She almost missed the being. It was tiny amid the Darkness, and the light streams of the Nax.v were feeble. She would have not seen it at all had it not started to twirl and hop in an agitated, disjointed fashion as she approached following the sound. The being had no arms or legs or wings. It had a tube like structure, flat at one end, curved at the other. What it was made of Allyrie couldn’t tell, but it had two oval glittering eyes. There was no mouth in evidence.
The being twirled frantically and an even louder noise shot out of it. Why was it screaming? Was it in pain? Or perhaps it was lost. Allyrie activated a vyrian arm of the Nax.v. She had to encounter the being and see what ailed it. The vyrian arm reached out, its digits began to close around the being. Allyrie gave the command to engage, the digits closed to a fist. The being though remained outside their grasp.
The digits had gone through the being.
Allyrie realised the being was made of something you couldn’t hold… perhaps a gas, or some other matter. Yet it had shape and it had sound. She decided to come out and take a closer look. The tiny thing began to hop again. When the dome opened and Allyrie stood up, it leapt and started looping around the Nax.v, spinning on its axis.
Allyrie was beginning to find the being both irritating and intriguing. What made it so frantic? And how did it make that intense noise without a mouth? She leaned forward, letting her wings spread out, waving them to guide the being into the Nax.v.
It came toward her and turned into Erden.

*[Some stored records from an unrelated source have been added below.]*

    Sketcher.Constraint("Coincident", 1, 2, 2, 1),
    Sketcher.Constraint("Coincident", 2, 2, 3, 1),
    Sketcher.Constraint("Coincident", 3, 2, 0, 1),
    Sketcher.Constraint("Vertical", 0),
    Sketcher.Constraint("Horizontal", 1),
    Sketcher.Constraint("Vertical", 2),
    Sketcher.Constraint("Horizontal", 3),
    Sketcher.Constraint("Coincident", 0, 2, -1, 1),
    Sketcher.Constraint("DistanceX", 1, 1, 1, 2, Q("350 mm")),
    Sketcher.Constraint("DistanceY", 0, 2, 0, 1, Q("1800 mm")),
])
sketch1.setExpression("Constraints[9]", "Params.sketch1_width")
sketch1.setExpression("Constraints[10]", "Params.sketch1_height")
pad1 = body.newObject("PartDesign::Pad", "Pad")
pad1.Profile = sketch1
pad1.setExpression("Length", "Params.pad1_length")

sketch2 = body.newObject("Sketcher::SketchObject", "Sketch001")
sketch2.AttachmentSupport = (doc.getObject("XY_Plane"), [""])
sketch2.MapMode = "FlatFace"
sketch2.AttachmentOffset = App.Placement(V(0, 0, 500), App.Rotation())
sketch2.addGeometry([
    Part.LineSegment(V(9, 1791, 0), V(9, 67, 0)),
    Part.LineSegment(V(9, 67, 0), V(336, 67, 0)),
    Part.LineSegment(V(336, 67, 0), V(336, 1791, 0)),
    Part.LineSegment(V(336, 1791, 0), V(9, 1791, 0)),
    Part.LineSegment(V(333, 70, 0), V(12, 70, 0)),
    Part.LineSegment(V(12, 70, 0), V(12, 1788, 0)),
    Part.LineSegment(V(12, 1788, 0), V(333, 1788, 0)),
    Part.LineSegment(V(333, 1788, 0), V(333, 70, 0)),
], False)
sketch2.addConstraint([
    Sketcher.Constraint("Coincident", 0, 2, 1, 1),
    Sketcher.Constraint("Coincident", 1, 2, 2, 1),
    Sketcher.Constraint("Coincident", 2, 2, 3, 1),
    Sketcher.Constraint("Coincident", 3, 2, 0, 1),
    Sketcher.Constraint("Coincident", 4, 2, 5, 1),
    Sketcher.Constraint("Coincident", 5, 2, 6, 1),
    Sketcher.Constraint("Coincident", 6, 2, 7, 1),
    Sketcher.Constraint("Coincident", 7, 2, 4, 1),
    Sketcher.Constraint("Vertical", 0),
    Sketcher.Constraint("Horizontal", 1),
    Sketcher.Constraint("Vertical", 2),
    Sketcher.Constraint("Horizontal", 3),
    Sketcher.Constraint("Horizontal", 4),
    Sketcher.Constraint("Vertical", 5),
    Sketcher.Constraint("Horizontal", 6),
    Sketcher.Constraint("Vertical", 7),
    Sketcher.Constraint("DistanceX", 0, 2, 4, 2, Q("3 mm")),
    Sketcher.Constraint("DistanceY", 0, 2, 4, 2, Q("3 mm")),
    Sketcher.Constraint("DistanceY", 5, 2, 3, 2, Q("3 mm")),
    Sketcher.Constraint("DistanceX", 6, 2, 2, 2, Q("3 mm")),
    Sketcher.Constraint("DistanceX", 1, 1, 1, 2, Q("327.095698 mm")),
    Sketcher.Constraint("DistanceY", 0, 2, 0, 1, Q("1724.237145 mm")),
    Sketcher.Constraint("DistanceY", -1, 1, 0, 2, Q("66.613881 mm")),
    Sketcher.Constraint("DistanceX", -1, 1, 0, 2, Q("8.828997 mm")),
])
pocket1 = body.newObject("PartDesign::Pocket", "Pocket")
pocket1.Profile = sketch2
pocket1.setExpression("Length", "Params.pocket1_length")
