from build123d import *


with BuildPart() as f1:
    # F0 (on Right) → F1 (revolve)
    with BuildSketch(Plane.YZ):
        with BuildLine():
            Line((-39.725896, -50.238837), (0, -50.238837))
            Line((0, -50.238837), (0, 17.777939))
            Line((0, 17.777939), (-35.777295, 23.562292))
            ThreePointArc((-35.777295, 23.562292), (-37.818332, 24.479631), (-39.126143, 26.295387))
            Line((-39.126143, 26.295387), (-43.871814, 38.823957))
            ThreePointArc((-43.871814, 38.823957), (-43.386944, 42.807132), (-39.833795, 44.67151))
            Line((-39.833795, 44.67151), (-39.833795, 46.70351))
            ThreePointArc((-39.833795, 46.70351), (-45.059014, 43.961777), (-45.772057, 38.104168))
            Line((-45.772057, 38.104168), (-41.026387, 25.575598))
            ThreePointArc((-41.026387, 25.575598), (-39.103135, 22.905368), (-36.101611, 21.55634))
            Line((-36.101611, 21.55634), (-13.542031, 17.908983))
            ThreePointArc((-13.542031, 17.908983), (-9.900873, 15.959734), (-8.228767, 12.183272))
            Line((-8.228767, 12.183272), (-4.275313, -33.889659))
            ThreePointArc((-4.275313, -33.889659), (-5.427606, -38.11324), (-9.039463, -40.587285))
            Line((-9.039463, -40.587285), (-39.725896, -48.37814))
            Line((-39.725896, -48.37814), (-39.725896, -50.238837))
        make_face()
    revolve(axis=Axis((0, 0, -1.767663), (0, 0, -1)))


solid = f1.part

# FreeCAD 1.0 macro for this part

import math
import FreeCAD as App
import Part
import Sketcher

V = App.Vector
Q = App.Units.Quantity

doc = App.newDocument("Part")
body = doc.addObject("PartDesign::Body", "Body")

sketch1 = body.newObject("Sketcher::SketchObject", "Sketch")
sketch1.AttachmentSupport = (doc.getObject("YZ_Plane"), [""])
sketch1.MapMode = "FlatFace"
sketch1.addGeometry(Part.LineSegment(V(-39.725896, -50.238837, 0), V(0, -50.238837, 0)), False)
sketch1.addGeometry(Part.LineSegment(V(0, -50.238837, 0), V(0, 17.777939, 0)), False)
sketch1.addGeometry(Part.LineSegment(V(0, 17.777939, 0), V(-35.777295, 23.562292, 0)), False)
sketch1.addGeometry(Part.ArcOfCircle(Part.Circle(V(-35.088125, 27.82494, 0), V(0, 0, 1), 4.318), math.radians(-159.253913), math.radians(-99.183913)), False)
sketch1.addGeometry(Part.LineSegment(V(-39.126143, 26.295387, 0), V(-43.871814, 38.823957, 0)), False)
sketch1.addGeometry(Part.ArcOfCircle(Part.Circle(V(-39.833796, 40.35351, 0), V(0, 0, 1), 4.318), math.radians(89.999992), math.radians(200.746087)), False)
sketch1.addGeometry(Part.LineSegment(V(-39.833795, 44.67151, 0), V(-39.833795, 46.70351, 0)), False)
sketch1.addGeometry(Part.ArcOfCircle(Part.Circle(V(-39.833796, 40.353511, 0), V(0, 0, 1), 6.349999), math.radians(89.999992), math.radians(200.746094)), False)
sketch1.addGeometry(Part.LineSegment(V(-45.772057, 38.104168, 0), V(-41.026387, 25.575598, 0)), False)
sketch1.addGeometry(Part.ArcOfCircle(Part.Circle(V(-35.088123, 27.824941, 0), V(0, 0, 1), 6.350002), math.radians(-159.253911), math.radians(-99.183929)), False)
sketch1.addGeometry(Part.LineSegment(V(-36.101611, 21.55634, 0), V(-13.542031, 17.908983, 0)), False)
sketch1.addGeometry(Part.ArcOfCircle(Part.Circle(V(-14.555515, 11.640385, 0), V(0, 0, 1), 6.349998), math.radians(4.904435), math.radians(80.816094)), False)
sketch1.addGeometry(Part.LineSegment(V(-8.228767, 12.183272, 0), V(-4.275313, -33.889659, 0)), False)
sketch1.addGeometry(Part.ArcOfCircle(Part.Circle(V(-10.602064, -34.432548, 0), V(0, 0, 1), 6.35), math.radians(-75.754401), math.radians(4.904454)), False)
sketch1.addGeometry(Part.LineSegment(V(-9.039463, -40.587285, 0), V(-39.725896, -48.37814, 0)), False)
sketch1.addGeometry(Part.LineSegment(V(-39.725896, -48.37814, 0), V(-39.725896, -50.238837, 0)), False)
sketch1.addConstraint(Sketcher.Constraint("Coincident", 0, 2, 1, 1))
sketch1.addConstraint(Sketcher.Constraint("Coincident", 1, 2, 2, 1))
sketch1.addConstraint(Sketcher.Constraint("Tangent", 2, 2, 3, 2))
sketch1.addConstraint(Sketcher.Constraint("Tangent", 3, 1, 4, 1))
sketch1.addConstraint(Sketcher.Constraint("Tangent", 4, 2, 5, 2))
sketch1.addConstraint(Sketcher.Constraint("Coincident", 5, 1, 6, 1))
sketch1.addConstraint(Sketcher.Constraint("Coincident", 6, 2, 7, 1))
sketch1.addConstraint(Sketcher.Constraint("Tangent", 7, 2, 8, 1))
sketch1.addConstraint(Sketcher.Constraint("Tangent", 8, 2, 9, 1))
sketch1.addConstraint(Sketcher.Constraint("Tangent", 9, 2, 10, 1))
sketch1.addConstraint(Sketcher.Constraint("Tangent", 10, 2, 11, 2))
sketch1.addConstraint(Sketcher.Constraint("Tangent", 11, 1, 12, 1))
sketch1.addConstraint(Sketcher.Constraint("Tangent", 12, 2, 13, 2))
sketch1.addConstraint(Sketcher.Constraint("Tangent", 13, 1, 14, 1))
sketch1.addConstraint(Sketcher.Constraint("Coincident", 14, 2, 15, 1))
sketch1.addConstraint(Sketcher.Constraint("Coincident", 15, 2, 0, 1))
sketch1.addConstraint(Sketcher.Constraint("Horizontal", 0))
sketch1.addConstraint(Sketcher.Constraint("Vertical", 1))
sketch1.addConstraint(Sketcher.Constraint("Vertical", 6))
sketch1.addConstraint(Sketcher.Constraint("Vertical", 15))
sketch1.addConstraint(Sketcher.Constraint("Coincident", 7, 3, 5, 3))
sketch1.addConstraint(Sketcher.Constraint("Coincident", 9, 3, 3, 3))
sketch1.addConstraint(Sketcher.Constraint("Equal", 3, 5))
sketch1.addConstraint(Sketcher.Constraint("Equal", 7, 11))
sketch1.addConstraint(Sketcher.Constraint("Equal", 9, 13))
sketch1.addConstraint(Sketcher.Constraint("PointOnObject", 0, 2, -2))
sketch1.addConstraint(Sketcher.Constraint("Parallel", 4, 8))
sketch1.addConstraint(Sketcher.Constraint("Parallel", 2, 10))
sketch1.addConstraint(Sketcher.Constraint("Vertical", 7, 3, 5, 1))
sketch1.addConstraint(Sketcher.Constraint("Radius", 3, Q("0.17 in")))
sketch1.addConstraint(Sketcher.Constraint("Radius", 7, Q("0.25 in")))
sketch1.addConstraint(Sketcher.Constraint("DistanceY", 1, 2, 3, 3, 10.047001))
sketch1.addConstraint(Sketcher.Constraint("DistanceX", 5, 3, 2, 2, 4.056501))
sketch1.addConstraint(Sketcher.Constraint("DistanceX", 13, 3, 13, 1, 1.562601))
sketch1.addConstraint(Sketcher.Constraint("Distance", 12, 46.24224))
sketch1.addConstraint(Sketcher.Constraint("DistanceX", 0, 1, 0, 2, 39.725896))
sketch1.addConstraint(Sketcher.Constraint("DistanceY", 1, 1, 1, 2, 68.016776))
sketch1.addConstraint(Sketcher.Constraint("DistanceY", 15, 2, 15, 1, 1.860697))
sketch1.addConstraint(Sketcher.Constraint("DistanceY", -1, 1, 3, 3, 27.82494))
sketch1.addConstraint(Sketcher.Constraint("DistanceY", -1, 1, 5, 3, 40.35351))
sketch1.addConstraint(Sketcher.Constraint("DistanceY", 13, 3, -1, 1, 34.432548))
sketch1.addConstraint(Sketcher.Constraint("DistanceX", 9, 2, -1, 1, 36.101611))
revolution = body.newObject("PartDesign::Revolution", "Revolution")
revolution.Profile = sketch1
revolution.ReferenceAxis = (sketch1, ["V_Axis"])
revolution.Angle = 360

doc.recompute()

Erden stood in the Darkness. Small and bewildered. Allyrie felt her wings flutter and retract.
Erden had warned her about the Gamsh Marize. Was this the Gamsh? Playing its tricks? Allyrie squinted at the Darkness and called on her zagan and zimr to guide her. She gave the being a name. Glom.
The grids said, when you gave a name to a thing, you showed your first understanding of it. And if you had a first understanding, you could go farther, you could go to the verity, you could have a hold of it.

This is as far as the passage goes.